Records drawn from a dataset
━━━
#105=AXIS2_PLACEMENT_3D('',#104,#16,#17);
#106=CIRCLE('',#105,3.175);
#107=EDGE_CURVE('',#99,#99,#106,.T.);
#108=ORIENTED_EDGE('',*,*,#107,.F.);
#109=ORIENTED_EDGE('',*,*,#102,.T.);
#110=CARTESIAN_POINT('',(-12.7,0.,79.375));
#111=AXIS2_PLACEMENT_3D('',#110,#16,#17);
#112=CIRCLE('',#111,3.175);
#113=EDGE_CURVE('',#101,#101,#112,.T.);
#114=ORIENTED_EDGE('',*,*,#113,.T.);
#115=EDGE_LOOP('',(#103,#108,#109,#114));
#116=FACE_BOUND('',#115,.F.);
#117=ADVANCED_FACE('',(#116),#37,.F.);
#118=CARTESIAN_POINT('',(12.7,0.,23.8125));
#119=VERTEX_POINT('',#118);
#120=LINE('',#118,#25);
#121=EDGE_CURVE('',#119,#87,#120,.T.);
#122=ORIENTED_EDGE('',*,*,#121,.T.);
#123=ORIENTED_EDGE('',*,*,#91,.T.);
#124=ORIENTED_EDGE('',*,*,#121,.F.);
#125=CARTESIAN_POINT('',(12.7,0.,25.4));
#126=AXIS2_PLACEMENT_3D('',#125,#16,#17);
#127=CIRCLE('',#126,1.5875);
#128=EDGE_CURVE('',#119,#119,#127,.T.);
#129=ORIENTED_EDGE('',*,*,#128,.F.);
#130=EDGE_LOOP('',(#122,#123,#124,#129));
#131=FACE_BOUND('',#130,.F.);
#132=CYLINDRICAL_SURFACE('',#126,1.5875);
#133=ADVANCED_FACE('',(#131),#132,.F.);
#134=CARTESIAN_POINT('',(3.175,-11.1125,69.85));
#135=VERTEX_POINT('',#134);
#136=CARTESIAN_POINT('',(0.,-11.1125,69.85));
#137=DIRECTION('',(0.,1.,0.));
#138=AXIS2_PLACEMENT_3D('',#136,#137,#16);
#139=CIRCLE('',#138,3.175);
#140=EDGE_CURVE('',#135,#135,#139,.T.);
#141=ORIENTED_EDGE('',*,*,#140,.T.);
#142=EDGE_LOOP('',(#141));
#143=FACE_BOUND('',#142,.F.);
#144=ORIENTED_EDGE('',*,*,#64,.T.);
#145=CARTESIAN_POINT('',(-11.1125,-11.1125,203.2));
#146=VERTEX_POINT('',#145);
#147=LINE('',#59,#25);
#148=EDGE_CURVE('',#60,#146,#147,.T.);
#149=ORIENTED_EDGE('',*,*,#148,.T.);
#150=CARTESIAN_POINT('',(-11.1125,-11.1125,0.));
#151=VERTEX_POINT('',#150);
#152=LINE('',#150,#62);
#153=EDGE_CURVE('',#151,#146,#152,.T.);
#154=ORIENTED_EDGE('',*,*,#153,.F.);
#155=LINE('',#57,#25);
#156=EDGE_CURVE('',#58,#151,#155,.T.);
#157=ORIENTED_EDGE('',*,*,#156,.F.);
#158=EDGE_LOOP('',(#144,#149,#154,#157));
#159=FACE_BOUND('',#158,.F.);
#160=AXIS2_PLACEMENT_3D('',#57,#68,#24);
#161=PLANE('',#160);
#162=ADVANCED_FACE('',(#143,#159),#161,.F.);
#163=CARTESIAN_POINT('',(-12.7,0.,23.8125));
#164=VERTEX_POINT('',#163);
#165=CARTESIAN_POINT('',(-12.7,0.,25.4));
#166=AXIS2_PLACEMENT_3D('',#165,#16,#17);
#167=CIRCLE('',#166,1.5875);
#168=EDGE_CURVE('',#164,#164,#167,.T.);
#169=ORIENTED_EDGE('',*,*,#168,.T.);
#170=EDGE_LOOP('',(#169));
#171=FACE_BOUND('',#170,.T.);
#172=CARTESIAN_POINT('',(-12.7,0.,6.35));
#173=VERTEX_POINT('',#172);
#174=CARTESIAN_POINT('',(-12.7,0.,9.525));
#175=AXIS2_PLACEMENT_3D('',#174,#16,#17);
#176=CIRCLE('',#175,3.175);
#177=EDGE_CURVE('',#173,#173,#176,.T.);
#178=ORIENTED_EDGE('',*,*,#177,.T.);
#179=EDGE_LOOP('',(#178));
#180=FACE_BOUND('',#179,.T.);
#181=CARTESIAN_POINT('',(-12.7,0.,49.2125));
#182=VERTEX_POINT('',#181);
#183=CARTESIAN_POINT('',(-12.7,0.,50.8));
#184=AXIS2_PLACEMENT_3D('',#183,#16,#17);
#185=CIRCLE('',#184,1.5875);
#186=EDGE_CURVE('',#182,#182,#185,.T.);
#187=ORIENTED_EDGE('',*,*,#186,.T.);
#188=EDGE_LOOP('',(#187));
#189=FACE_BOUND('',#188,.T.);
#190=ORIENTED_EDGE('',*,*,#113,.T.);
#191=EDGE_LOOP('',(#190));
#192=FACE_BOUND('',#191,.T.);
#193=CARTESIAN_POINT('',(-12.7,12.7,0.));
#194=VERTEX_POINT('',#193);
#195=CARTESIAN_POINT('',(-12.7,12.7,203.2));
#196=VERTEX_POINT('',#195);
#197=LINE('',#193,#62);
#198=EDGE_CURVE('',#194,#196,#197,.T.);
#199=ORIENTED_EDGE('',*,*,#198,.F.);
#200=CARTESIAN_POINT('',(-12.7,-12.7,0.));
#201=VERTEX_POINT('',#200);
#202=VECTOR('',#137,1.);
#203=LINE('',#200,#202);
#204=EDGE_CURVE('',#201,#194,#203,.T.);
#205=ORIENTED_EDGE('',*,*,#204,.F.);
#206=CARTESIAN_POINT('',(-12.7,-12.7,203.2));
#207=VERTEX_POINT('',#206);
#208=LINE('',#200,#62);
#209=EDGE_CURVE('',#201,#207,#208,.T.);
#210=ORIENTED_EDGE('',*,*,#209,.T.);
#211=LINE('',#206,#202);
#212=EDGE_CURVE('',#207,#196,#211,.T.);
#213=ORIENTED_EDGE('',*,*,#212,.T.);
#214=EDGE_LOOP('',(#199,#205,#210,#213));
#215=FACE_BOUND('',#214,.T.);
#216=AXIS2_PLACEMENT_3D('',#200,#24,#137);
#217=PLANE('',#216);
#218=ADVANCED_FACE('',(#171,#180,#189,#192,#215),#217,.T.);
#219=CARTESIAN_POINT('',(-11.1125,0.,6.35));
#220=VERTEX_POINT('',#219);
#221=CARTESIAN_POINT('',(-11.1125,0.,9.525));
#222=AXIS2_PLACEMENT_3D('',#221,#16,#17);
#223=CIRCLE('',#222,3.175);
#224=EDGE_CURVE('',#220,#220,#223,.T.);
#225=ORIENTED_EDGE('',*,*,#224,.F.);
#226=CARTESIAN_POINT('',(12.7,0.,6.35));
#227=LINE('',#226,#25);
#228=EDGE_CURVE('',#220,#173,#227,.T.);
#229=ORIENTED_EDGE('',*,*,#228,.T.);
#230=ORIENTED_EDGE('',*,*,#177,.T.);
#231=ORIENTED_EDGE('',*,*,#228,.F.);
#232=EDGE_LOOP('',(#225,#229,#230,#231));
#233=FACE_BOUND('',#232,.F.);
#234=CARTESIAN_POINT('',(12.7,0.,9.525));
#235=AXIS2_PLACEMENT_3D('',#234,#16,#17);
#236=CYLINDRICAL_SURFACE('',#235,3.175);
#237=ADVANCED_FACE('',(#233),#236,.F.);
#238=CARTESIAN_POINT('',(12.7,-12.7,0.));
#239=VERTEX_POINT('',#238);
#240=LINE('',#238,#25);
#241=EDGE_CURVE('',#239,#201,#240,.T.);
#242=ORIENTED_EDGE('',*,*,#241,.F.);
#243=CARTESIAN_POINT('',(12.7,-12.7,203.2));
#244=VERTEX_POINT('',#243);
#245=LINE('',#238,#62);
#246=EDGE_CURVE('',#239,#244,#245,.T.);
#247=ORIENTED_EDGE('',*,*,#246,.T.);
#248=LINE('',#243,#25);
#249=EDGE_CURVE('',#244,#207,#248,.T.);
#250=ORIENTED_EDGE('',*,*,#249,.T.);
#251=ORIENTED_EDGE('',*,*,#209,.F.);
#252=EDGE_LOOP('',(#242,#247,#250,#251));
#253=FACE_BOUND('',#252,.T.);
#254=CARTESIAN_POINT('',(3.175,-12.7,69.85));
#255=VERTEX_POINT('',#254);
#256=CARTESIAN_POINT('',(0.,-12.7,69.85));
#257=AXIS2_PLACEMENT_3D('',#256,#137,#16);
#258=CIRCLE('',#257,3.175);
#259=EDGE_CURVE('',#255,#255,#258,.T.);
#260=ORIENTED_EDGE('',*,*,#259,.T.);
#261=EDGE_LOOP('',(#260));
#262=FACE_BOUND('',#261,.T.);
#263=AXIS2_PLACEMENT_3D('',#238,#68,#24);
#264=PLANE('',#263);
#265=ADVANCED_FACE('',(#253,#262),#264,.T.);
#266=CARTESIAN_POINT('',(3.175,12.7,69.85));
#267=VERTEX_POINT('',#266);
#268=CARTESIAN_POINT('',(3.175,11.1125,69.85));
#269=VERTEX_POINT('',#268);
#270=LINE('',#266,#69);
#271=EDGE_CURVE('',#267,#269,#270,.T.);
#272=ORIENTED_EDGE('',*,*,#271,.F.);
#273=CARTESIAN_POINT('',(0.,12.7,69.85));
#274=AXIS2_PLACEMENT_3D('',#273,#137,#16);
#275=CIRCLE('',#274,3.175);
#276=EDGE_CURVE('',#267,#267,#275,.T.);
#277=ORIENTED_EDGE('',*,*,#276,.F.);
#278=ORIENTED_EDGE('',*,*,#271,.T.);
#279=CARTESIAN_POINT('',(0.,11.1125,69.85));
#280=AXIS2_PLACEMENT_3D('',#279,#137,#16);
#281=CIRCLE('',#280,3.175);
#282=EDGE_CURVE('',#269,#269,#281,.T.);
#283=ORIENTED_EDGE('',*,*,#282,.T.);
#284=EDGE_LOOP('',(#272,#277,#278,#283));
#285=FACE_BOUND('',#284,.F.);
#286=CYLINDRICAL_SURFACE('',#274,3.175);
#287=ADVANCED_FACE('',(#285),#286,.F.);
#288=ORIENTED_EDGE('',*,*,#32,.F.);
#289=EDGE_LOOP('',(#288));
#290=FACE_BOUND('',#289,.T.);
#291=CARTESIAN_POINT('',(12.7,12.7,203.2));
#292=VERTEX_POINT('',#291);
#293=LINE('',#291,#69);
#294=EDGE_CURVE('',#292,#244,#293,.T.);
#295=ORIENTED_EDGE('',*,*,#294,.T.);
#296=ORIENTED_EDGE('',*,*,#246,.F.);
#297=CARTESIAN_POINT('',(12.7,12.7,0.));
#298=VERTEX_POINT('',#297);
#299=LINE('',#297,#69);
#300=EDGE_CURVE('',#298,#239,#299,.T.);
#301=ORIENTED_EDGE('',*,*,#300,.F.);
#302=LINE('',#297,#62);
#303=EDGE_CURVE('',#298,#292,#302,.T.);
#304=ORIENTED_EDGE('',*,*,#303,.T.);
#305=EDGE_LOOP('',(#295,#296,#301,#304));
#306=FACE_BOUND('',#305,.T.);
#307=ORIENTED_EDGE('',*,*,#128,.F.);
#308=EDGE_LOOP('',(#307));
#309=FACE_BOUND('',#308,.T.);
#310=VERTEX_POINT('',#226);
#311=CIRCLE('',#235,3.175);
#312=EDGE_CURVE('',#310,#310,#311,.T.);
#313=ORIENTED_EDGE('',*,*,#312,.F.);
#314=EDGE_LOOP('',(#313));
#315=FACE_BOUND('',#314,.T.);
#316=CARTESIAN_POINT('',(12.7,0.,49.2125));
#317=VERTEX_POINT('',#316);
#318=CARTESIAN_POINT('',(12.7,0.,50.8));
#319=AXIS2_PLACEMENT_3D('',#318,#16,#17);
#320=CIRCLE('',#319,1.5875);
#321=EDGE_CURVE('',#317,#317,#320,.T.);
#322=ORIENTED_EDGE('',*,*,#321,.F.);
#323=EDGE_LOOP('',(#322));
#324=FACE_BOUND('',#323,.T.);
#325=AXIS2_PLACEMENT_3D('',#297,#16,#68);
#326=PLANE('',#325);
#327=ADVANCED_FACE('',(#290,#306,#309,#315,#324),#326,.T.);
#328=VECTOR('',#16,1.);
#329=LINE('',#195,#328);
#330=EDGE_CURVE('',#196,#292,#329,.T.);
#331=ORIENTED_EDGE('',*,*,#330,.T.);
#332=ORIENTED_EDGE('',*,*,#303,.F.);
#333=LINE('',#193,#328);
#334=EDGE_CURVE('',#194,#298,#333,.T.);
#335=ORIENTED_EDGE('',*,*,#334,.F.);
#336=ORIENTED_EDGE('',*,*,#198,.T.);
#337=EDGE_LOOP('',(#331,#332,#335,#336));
━━━
WHAT YOU SHOULD DO ▸ Among the lines above, which contain the word "PLANE"? Copy every one.

RESPONSE TO THE EXERCISE ▸
#161=PLANE('',#160);
#217=PLANE('',#216);
#264=PLANE('',#263);
#326=PLANE('',#325);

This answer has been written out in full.